Amy and Georgia, Premiere
Amy is a successful actress who has learned a lot about combining motherhood with the image and youth oriented entertainment industry.
“During a recent break on the set of a television show I’m currently filming, my costar asked me what good books I’d read lately. This is an actor I’ve really admired for a while and an adrenaline rush ran through my body as I scrambled to think of an answer even though I knew I hadn’t read a single one since Georgia was born a year earlier. I tried to think of something I may have read in the past that would make me sound interesting, intellectual. Then a feeling washed over me. I wasn’t gonna hide who I am now. It doesn’t matter what anyone thinks. Plus they’re just making conversation, not testing me. So I just admitted that I hadn’t read any books during the previous year since I’d had my baby. I opened up that vulnerable part of myself that might be seen as not interesting enough or important enough, and it ended up being so much easier than trying to pretend that my life hadn’t changed. My honesty immediately brought that person back to 15 years earlier when he was a new parent. A smile came over his face and he said “Ah, of course! I remember not having time to read either.” As a result, an instant and real bond was formed and I got to proudly wear the skin of my new self.”

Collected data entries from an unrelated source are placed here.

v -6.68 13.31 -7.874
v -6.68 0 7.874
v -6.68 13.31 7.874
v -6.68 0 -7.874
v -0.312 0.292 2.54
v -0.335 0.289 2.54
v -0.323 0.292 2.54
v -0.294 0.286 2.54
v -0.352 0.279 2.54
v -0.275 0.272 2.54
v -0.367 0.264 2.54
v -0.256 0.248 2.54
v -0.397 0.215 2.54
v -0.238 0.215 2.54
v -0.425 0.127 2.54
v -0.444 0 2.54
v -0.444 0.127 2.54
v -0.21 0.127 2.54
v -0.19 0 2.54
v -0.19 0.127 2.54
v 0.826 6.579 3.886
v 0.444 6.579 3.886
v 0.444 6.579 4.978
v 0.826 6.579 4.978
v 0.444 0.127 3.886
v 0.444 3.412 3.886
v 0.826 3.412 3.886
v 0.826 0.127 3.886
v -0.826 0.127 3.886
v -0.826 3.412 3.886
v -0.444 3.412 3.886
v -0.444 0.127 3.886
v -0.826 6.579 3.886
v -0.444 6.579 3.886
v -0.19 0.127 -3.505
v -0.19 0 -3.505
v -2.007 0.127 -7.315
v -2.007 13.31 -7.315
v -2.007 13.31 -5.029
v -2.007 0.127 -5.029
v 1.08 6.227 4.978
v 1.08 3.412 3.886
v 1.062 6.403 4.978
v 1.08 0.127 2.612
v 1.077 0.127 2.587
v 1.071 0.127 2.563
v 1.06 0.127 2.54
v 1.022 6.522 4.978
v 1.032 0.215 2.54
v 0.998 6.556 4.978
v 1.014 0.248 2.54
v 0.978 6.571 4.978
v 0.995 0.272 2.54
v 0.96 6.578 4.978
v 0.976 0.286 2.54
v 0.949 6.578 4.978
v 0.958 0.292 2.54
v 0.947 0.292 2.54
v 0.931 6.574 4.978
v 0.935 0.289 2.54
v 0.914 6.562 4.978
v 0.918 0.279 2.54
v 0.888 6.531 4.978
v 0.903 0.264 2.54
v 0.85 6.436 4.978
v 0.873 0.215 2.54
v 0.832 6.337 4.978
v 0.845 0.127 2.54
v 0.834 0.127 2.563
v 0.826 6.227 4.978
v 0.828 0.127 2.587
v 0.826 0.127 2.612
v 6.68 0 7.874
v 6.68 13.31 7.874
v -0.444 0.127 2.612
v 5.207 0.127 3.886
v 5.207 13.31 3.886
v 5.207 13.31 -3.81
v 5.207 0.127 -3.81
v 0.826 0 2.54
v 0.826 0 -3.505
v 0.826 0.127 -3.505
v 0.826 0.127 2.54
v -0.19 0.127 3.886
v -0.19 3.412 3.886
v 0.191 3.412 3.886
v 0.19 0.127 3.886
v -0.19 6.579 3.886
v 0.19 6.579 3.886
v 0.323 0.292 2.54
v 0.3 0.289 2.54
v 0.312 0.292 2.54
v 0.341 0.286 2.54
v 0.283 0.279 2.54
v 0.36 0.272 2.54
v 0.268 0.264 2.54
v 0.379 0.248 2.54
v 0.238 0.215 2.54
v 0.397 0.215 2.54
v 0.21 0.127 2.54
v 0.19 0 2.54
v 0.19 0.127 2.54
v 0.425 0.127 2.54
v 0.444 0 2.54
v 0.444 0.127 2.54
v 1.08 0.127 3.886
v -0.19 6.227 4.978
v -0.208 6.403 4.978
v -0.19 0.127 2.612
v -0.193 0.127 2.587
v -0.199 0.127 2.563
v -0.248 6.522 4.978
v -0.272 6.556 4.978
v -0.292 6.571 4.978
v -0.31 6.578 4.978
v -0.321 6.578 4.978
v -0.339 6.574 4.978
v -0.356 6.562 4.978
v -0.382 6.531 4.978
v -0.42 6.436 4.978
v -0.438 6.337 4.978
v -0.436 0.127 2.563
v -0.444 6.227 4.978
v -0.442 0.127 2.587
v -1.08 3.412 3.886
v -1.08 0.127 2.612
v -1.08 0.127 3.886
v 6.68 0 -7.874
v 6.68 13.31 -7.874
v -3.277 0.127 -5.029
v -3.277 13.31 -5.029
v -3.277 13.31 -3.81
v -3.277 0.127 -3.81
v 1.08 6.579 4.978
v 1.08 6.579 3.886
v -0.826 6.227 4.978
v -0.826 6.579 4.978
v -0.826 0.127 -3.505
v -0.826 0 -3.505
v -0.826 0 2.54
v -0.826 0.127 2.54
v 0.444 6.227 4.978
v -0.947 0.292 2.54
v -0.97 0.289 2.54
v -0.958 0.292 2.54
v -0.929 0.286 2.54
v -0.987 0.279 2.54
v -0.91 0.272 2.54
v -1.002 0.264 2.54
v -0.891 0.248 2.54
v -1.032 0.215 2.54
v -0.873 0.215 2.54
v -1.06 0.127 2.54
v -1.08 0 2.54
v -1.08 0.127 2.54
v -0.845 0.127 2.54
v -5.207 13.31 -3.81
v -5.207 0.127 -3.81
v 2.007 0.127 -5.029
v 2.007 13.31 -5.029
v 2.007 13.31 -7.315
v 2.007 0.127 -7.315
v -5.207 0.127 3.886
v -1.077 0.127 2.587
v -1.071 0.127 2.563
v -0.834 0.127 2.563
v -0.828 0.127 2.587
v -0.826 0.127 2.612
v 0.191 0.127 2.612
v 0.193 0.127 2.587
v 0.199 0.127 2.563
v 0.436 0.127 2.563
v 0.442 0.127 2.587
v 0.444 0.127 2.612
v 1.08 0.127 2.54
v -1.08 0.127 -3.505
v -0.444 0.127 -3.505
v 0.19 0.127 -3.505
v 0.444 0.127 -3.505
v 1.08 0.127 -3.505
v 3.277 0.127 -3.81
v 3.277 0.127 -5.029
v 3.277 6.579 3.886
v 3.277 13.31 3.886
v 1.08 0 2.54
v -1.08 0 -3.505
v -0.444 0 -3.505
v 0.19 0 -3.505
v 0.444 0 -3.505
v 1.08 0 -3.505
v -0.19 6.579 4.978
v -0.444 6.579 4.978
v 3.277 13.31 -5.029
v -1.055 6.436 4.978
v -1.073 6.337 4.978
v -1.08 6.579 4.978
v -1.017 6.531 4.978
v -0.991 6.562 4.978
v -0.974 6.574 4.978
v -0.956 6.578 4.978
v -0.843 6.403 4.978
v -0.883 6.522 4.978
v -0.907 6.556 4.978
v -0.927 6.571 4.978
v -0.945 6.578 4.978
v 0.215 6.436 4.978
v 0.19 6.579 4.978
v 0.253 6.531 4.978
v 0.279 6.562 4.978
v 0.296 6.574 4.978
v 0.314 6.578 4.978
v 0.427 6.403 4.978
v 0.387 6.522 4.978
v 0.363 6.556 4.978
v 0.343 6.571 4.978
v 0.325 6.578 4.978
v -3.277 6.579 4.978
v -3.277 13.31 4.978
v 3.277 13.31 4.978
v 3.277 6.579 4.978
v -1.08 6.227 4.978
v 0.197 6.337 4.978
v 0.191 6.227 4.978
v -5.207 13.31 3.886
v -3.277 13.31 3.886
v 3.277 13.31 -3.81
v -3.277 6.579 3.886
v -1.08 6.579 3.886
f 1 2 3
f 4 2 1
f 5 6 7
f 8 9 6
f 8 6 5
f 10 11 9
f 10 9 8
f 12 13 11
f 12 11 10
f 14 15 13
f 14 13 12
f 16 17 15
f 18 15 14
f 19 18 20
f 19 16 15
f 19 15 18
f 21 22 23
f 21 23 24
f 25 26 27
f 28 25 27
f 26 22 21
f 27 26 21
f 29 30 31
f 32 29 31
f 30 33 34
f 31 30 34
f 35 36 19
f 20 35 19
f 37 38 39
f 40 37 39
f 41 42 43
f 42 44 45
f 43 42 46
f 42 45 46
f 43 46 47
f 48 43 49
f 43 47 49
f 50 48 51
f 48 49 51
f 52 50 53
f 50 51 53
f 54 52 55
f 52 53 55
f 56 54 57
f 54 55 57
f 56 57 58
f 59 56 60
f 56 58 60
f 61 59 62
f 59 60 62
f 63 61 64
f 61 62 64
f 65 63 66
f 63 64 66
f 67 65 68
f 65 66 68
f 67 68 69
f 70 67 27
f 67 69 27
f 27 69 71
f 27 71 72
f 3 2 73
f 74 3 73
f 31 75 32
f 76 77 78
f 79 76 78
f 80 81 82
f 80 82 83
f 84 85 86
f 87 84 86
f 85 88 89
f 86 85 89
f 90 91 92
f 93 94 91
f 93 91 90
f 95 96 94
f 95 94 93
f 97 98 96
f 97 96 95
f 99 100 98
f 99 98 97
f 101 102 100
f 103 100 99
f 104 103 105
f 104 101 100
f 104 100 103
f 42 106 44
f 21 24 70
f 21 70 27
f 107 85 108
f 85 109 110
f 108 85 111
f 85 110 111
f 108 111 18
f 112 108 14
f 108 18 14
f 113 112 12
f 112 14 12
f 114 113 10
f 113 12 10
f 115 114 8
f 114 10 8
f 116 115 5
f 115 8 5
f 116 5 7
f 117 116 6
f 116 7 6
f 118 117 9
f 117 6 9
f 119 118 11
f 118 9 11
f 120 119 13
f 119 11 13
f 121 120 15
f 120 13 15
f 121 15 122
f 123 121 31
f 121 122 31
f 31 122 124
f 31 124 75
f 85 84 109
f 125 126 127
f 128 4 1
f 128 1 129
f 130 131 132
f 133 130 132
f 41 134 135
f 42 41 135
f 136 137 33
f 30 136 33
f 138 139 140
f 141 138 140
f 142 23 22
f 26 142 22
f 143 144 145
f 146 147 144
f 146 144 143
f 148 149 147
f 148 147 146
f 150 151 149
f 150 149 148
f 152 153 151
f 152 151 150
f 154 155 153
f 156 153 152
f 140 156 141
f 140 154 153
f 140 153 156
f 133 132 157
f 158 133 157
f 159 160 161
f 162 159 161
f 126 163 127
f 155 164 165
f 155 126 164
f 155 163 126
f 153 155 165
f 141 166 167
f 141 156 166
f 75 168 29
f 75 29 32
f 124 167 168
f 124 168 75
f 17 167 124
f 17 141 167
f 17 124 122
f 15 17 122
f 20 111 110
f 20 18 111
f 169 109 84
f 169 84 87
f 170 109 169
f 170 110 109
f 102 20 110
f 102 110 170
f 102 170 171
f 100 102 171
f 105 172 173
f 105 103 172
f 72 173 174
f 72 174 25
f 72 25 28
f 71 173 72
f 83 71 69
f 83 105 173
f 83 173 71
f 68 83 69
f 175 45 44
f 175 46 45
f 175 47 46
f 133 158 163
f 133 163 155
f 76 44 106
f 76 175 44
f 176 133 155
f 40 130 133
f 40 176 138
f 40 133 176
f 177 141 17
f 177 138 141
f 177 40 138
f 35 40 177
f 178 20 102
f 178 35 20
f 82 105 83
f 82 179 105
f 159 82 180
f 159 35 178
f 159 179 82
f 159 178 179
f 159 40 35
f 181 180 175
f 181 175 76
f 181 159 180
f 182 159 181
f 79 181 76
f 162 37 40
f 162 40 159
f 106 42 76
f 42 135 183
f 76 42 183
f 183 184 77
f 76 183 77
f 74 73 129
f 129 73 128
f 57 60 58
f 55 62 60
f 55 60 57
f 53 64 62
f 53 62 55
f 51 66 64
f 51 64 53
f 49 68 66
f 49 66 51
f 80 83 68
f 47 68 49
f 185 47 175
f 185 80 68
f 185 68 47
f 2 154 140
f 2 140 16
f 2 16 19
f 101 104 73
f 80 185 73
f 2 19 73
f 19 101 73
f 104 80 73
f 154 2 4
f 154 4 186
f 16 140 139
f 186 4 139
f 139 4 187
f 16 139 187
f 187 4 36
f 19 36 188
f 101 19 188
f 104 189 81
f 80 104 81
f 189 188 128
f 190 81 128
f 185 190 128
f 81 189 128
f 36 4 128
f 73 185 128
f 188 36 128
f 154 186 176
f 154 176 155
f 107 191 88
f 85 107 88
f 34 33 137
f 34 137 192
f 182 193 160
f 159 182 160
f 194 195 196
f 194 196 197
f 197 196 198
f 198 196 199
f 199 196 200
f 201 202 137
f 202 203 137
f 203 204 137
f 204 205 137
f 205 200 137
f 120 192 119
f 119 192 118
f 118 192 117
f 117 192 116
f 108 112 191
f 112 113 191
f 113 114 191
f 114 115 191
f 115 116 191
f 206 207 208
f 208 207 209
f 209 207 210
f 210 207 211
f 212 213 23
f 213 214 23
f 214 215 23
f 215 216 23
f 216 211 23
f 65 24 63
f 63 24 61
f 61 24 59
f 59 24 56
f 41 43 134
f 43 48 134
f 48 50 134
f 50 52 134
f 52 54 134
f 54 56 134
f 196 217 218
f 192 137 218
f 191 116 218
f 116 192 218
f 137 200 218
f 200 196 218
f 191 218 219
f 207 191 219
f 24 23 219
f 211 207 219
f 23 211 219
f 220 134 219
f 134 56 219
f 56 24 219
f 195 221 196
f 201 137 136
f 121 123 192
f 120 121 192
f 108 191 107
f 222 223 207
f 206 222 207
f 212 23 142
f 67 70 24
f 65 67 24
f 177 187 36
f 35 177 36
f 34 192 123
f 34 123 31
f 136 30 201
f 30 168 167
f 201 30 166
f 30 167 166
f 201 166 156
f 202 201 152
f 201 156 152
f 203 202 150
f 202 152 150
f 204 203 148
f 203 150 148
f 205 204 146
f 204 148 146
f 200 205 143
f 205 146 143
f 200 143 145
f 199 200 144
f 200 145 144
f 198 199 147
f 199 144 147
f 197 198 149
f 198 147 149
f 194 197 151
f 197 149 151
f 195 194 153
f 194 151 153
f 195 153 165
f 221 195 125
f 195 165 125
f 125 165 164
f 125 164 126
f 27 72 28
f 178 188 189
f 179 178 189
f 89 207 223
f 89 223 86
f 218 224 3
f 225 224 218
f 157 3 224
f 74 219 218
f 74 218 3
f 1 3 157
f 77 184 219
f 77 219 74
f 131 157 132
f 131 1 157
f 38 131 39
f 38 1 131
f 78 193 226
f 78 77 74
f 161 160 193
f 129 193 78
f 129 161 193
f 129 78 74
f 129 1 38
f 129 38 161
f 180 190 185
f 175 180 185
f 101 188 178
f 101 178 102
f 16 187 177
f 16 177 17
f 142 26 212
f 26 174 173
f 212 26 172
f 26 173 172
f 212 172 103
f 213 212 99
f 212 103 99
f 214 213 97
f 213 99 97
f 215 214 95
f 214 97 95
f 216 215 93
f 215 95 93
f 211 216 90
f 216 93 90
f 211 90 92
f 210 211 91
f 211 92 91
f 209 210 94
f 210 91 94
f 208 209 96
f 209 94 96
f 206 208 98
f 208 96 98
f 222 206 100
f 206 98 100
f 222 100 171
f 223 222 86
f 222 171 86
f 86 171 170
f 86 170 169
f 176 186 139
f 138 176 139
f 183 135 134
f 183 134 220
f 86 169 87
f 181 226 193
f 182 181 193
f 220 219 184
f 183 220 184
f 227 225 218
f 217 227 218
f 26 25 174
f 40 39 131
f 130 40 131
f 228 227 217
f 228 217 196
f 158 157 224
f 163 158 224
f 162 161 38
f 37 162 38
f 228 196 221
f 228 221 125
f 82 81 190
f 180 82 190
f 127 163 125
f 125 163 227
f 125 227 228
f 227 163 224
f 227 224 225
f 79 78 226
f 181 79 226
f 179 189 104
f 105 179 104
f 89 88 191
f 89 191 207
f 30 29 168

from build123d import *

# Parameters (mm, degrees)
SKETCH1_W                       = 13.3604
SKETCH1_H                       = 15.748
BOSS_EXTRUDE1_DEPTH             = 13.3096
CUT_EXTRUDE1_DEPTH              = 6.731
CUT_EXTRUDE2_DEPTH              = 6.4516
SKETCH4_W                       = 0.254
SKETCH4_H                       = 1.0922
CUT_EXTRUDE3_DEPTH              = 6.4516
BOSS_EXTRUDE2_REACH             = 17.835
BOSS_EXTRUDE2_DIRECTION_2_REACH = 17.835
CUT_EXTRUDE4_REACH              = 18.845
SKETCH6_W                       = 0.254
SKETCH6_H                       = 6.0452


with BuildPart() as part:
    # Sketch1 → Boss-Extrude1 (new body)
    with BuildSketch(Plane(origin=(0, 0, 0), x_dir=(1, 0, 0), z_dir=(0, 1, 0))):
        Rectangle(SKETCH1_W, SKETCH1_H)
    extrude(amount=BOSS_EXTRUDE1_DEPTH)

    # Sketch2 → Cut-Extrude1 (cut)
    with BuildSketch(Plane(origin=(0, 13.3096, 0), x_dir=(1, 0, 0), z_dir=(0, 1, 0))):
        Polygon((-2.0066, 7.3152), (-2.0066, 5.0292), (-3.2766, 5.0292), (-3.2766, 3.81), (-5.207, 3.81), (-5.207, -3.8862), (-3.2766, -3.8862), (-3.2766, -4.9784), (3.2766, -4.9784), (3.2766, -3.8862), (5.207, -3.8862), (5.207, 3.81), (3.2766, 3.81), (3.2766, 5.0292), (2.0066, 5.0292), (2.0066, 7.3152), align=None)
    extrude(amount=-CUT_EXTRUDE1_DEPTH, mode=Mode.SUBTRACT)

    # Sketch3 → Cut-Extrude2 (cut)
    with BuildSketch(Plane(origin=(0, 6.5786, 0), x_dir=(1, 0, 0), z_dir=(0, 1, 0))):
        Polygon((-3.2766, -3.8862), (3.2766, -3.8862), (5.207, -3.8862), (5.207, 3.81), (3.2766, 3.81), (3.2766, 5.0292), (2.0066, 5.0292), (2.0066, 7.3152), (-2.0066, 7.3152), (-2.0066, 5.0292), (-3.2766, 5.0292), (-3.2766, 3.81), (-5.207, 3.81), (-5.207, -3.8862), align=None)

Kitty and Olive, New Jersey
At age 35, Kitty realized that with no immediate prospects for a partner/father for a child, rather than settling for a “baby daddy” who may not be a good father, she would take matters into her own hands. She and her best friend of 20 years, a gay man, discussed the ins and outs of what parenting together would be like for months before deciding to actually do it (which, they point out, is much more than most couples discuss having a child before they have one). Olive is biologically Kitty and Darren’s child, but she has Darren’s partner Sam’s last name, and the three of them are raising their daughter as a family.
Kitty says “I didn’t choose Darren and Sam to be the fathers of my daughter because they were my only choice. I chose them because they were my best choice.”
Michele and Elsie Tree, Kiss
Michele was a co-founder & designer of the jewelry company Me&Ro. When she was a new mother, she told me about a dream she’d had. It so perfectly encapsulated the profound love and fear inherent in motherhood that I had to photograph her.
“In bed the other night, a flash in my head.We were hiking upstate at North Lake where the big rock cliffs overlook the Hudson Valley, and Elsie Tree ran right off the edge. It was so fast and there was nothing I could do except run off after her…
Once it played in my head, I couldn’t get it out and I couldn’t make anything else happen…
It’s “the shift”. When all of a sudden there’s somebody else in your life who you really can’t live without. Elsie’s loss would just be the end and I would die.
That’s when I knew everything was now forever changed.”